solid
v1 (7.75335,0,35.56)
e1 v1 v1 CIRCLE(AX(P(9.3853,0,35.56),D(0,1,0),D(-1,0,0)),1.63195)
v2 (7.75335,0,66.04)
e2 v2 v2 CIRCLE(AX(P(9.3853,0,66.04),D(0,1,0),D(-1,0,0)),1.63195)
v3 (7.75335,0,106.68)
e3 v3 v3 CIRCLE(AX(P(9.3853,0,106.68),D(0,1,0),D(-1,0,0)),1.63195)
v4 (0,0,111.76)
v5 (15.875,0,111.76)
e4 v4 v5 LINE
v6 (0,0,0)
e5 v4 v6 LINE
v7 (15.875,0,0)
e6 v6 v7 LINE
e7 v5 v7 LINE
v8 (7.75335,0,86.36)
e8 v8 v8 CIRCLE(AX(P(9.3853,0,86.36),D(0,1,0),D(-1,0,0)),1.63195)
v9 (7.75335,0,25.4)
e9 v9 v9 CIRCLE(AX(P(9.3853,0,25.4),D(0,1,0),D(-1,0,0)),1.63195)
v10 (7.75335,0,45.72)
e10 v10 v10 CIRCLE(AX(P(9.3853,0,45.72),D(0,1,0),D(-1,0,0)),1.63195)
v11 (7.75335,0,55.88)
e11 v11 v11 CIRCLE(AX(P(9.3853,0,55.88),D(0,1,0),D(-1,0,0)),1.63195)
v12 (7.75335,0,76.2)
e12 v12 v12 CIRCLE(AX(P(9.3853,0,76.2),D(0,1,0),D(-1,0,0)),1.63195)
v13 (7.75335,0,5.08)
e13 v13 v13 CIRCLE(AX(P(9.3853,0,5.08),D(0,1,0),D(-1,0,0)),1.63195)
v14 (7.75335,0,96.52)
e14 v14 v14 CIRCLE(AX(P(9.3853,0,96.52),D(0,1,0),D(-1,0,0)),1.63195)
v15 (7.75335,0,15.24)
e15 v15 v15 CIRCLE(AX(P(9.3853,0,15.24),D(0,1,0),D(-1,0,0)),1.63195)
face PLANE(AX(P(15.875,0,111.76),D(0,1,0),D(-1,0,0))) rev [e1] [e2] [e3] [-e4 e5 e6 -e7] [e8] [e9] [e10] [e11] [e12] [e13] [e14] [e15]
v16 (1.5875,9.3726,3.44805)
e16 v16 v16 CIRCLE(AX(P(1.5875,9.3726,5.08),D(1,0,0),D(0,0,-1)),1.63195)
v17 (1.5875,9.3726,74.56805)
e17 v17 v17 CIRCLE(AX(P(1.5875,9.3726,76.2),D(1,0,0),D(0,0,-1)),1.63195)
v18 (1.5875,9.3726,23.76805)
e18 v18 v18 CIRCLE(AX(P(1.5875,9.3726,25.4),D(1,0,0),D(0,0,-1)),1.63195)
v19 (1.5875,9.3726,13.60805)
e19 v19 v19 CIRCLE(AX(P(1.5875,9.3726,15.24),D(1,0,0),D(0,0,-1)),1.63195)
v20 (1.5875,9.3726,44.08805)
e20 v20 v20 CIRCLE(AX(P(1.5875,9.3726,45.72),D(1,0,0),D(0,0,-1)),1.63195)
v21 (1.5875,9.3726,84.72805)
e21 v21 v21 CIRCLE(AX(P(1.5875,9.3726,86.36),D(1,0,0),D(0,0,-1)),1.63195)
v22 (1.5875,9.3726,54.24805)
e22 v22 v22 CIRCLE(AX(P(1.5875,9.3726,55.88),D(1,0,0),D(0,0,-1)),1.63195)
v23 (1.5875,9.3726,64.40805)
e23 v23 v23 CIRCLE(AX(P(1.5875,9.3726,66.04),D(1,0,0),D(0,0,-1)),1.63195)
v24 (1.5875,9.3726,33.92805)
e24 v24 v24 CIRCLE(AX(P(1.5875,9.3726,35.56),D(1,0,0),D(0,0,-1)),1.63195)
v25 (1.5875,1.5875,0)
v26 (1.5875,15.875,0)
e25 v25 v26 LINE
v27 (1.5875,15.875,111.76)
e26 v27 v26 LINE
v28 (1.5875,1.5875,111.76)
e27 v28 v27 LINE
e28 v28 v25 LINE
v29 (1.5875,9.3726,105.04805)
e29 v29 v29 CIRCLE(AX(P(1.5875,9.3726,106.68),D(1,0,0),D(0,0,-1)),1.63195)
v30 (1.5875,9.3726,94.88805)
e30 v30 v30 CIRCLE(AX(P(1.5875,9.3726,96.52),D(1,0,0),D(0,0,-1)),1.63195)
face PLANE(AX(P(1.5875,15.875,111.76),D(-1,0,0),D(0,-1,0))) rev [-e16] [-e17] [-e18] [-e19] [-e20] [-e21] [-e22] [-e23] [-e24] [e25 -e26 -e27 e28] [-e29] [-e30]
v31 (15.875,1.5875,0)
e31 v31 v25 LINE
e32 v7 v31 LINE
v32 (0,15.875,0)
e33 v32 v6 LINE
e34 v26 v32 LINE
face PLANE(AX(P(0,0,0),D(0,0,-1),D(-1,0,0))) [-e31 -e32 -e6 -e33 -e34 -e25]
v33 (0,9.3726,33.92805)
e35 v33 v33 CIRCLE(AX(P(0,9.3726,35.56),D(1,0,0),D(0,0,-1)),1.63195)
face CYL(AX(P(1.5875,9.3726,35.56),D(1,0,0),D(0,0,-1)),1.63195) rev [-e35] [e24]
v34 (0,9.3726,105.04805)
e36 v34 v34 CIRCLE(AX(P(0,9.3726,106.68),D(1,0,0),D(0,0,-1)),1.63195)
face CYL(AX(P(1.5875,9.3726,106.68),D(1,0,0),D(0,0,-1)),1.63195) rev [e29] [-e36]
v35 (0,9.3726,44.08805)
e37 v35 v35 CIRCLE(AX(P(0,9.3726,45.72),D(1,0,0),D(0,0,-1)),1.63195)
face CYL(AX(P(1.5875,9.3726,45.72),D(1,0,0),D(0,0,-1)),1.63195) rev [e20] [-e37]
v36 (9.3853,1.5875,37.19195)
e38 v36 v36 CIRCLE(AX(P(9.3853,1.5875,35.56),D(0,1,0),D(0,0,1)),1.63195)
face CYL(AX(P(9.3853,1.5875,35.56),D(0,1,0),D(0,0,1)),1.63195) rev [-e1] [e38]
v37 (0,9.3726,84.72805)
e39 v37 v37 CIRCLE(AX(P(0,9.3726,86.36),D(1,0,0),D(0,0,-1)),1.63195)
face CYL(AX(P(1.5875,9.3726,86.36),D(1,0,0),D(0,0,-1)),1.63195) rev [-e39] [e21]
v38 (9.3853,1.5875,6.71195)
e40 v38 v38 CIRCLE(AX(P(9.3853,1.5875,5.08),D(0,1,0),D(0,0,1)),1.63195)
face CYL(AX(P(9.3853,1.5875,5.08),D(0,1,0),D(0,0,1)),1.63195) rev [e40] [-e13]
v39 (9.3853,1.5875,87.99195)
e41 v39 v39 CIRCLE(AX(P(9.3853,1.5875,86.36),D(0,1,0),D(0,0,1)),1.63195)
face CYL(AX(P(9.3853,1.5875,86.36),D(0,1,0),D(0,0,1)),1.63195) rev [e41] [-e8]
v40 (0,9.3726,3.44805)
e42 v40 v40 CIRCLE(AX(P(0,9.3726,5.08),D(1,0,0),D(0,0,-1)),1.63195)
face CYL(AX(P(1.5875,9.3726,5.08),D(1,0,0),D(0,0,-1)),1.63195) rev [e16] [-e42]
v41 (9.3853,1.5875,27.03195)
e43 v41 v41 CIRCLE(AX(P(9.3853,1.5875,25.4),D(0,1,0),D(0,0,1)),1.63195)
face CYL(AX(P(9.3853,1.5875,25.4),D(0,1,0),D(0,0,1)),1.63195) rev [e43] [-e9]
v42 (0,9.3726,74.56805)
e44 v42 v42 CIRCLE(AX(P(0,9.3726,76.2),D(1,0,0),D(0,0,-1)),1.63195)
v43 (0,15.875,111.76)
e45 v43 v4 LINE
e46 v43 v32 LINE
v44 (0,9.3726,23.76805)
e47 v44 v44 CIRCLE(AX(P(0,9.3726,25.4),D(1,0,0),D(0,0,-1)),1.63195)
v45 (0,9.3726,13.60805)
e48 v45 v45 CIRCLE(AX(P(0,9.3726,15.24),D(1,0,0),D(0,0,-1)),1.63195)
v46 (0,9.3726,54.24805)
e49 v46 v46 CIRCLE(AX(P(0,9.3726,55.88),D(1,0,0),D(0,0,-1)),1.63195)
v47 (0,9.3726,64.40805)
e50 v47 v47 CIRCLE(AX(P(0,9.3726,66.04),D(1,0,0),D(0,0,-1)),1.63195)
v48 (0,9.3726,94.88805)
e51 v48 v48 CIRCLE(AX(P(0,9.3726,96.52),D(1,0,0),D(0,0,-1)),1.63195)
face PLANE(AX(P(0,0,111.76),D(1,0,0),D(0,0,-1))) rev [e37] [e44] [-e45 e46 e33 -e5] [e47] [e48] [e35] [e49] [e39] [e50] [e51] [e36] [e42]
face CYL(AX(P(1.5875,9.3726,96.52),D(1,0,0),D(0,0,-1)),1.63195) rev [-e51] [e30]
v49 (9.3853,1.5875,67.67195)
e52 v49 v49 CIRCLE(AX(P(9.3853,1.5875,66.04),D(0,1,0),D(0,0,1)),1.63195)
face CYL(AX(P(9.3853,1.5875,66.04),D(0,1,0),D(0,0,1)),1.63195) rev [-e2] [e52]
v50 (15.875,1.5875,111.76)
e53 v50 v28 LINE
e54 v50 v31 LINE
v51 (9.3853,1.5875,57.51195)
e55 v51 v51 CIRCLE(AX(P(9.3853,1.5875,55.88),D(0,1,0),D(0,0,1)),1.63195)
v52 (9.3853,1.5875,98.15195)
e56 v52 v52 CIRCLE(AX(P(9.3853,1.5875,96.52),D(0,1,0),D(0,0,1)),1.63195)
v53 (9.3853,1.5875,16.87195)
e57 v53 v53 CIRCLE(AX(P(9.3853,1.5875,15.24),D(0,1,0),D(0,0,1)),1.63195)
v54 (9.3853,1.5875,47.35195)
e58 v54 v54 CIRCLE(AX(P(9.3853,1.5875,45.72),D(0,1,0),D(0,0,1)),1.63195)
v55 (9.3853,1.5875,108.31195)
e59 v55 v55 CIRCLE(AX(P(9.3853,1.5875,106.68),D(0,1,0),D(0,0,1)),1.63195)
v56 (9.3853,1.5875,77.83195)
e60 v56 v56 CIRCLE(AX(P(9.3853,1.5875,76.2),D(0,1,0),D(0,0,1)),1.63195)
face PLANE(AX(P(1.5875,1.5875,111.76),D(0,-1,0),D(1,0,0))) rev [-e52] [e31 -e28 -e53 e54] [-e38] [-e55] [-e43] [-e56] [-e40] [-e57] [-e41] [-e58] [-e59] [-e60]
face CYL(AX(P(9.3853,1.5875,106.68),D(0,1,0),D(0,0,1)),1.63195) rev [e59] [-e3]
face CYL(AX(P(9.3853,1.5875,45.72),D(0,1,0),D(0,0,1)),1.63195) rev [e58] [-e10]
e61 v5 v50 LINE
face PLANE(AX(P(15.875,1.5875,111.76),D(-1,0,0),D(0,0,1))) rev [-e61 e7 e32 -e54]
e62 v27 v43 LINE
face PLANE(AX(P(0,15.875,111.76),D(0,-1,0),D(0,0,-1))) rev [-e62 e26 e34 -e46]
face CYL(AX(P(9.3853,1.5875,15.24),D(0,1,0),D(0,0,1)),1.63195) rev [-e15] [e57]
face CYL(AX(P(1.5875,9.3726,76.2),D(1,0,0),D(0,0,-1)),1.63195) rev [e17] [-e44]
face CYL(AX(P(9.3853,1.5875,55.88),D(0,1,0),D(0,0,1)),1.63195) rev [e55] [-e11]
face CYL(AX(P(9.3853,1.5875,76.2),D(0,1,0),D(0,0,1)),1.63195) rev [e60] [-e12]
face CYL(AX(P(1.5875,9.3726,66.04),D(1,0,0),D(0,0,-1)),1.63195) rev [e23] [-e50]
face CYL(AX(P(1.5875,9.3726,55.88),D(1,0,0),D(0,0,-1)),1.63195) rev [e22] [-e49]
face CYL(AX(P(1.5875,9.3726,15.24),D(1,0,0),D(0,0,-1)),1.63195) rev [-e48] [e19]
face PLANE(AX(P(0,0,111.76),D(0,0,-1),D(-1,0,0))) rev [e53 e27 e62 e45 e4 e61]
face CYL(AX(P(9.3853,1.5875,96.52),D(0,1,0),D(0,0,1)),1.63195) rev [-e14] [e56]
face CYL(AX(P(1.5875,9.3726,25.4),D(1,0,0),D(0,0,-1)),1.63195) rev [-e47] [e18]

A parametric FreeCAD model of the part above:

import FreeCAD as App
import Part
import Sketcher
Q = App.Units.Quantity


def add_polygon(sketch, points):
    """Adds a closed chain of lines whose ends are joined by coincident constraints."""
    first, n = sketch.GeometryCount, len(points)
    for a, b in zip(points, points[1:] + points[:1]):
        sketch.addGeometry(Part.LineSegment(App.Vector(*a, 0), App.Vector(*b, 0)), False)
    for i in range(n):
        sketch.addConstraint(Sketcher.Constraint("Coincident", first + i, 2, first + (i + 1) % n, 1))

doc = App.newDocument("Part")
params = doc.addObject("Spreadsheet::Sheet", "Params")
for row, (alias, value) in enumerate([
    ("sketch1_width", "0.625 in"),
    ("sketch1_width2", "0.5625 in"),
    ("pad1_length", "4.4 in"),
    ("sketch2_width", "0.6 in"),
    ("groove_angle", "360 deg"),
    ("linearpattern_pitch", "0.4 in"),
    ("linearpattern2_pitch", "0.4 in"),
    ("sketch3_width", "0.6 in"),
    ("groove2_angle", "360 deg"),
    ("linearpattern3_pitch", "0.4 in"),
    ("linearpattern4_pitch", "0.4 in"),
], start=1):
    params.set(f"A{row}", alias)
    params.set(f"B{row}", "=" + value)
    params.setAlias(f"B{row}", alias)

body = doc.addObject("PartDesign::Body", "Body")

# Sketch on XY plane
sketch1 = doc.addObject("Sketcher::SketchObject", "Sketch")
body.addObject(sketch1)
sketch1.AttachmentSupport = (doc.XY_Plane, [""])
sketch1.MapMode = "FlatFace"
add_polygon(sketch1, [(0, 15.9), (0, 0), (15.9, 0), (15.9, 1.6), (1.6, 1.6), (1.6, 15.9)])  # lines 0-5
sketch1.addConstraint(Sketcher.Constraint("Vertical", 0))
sketch1.addConstraint(Sketcher.Constraint("Horizontal", 1))
sketch1.addConstraint(Sketcher.Constraint("Vertical", 2))
sketch1.addConstraint(Sketcher.Constraint("Horizontal", 3))
sketch1.addConstraint(Sketcher.Constraint("Vertical", 4))
sketch1.addConstraint(Sketcher.Constraint("Horizontal", 5))
sketch1.addConstraint(Sketcher.Constraint("Coincident", 0, 2, -1, 1))
sketch1.addConstraint(Sketcher.Constraint("Equal", 1, 0))
sketch1.addConstraint(Sketcher.Constraint("Equal", 5, 2))
sketch1.addConstraint(Sketcher.Constraint("DistanceX", 1, 1, 1, 2, Q("0.625 in")))
sketch1.addConstraint(Sketcher.Constraint("DistanceX", 3, 2, 3, 1, Q("0.5625 in")))
sketch1.setExpression("Constraints[15]", "Params.sketch1_width")
sketch1.setExpression("Constraints[16]", "Params.sketch1_width2")
pad1 = doc.addObject("PartDesign::Pad", "Pad")
body.addObject(pad1)
pad1.Profile = sketch1
pad1.setExpression("Length", "Params.pad1_length")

• What this task involves:
Copy range, inclusive: the line holding "v32 (0,15.875,0)" to the line holding "e37 v35 v35". Reproduce exactly those lines of the records above and no others.

• Exercise answer:
v32 (0,15.875,0)
e33 v32 v6 LINE
e34 v26 v32 LINE
face PLANE(AX(P(0,0,0),D(0,0,-1),D(-1,0,0))) [-e31 -e32 -e6 -e33 -e34 -e25]
v33 (0,9.3726,33.92805)
e35 v33 v33 CIRCLE(AX(P(0,9.3726,35.56),D(1,0,0),D(0,0,-1)),1.63195)
face CYL(AX(P(1.5875,9.3726,35.56),D(1,0,0),D(0,0,-1)),1.63195) rev [-e35] [e24]
v34 (0,9.3726,105.04805)
e36 v34 v34 CIRCLE(AX(P(0,9.3726,106.68),D(1,0,0),D(0,0,-1)),1.63195)
face CYL(AX(P(1.5875,9.3726,106.68),D(1,0,0),D(0,0,-1)),1.63195) rev [e29] [-e36]
v35 (0,9.3726,44.08805)
e37 v35 v35 CIRCLE(AX(P(0,9.3726,45.72),D(1,0,0),D(0,0,-1)),1.63195)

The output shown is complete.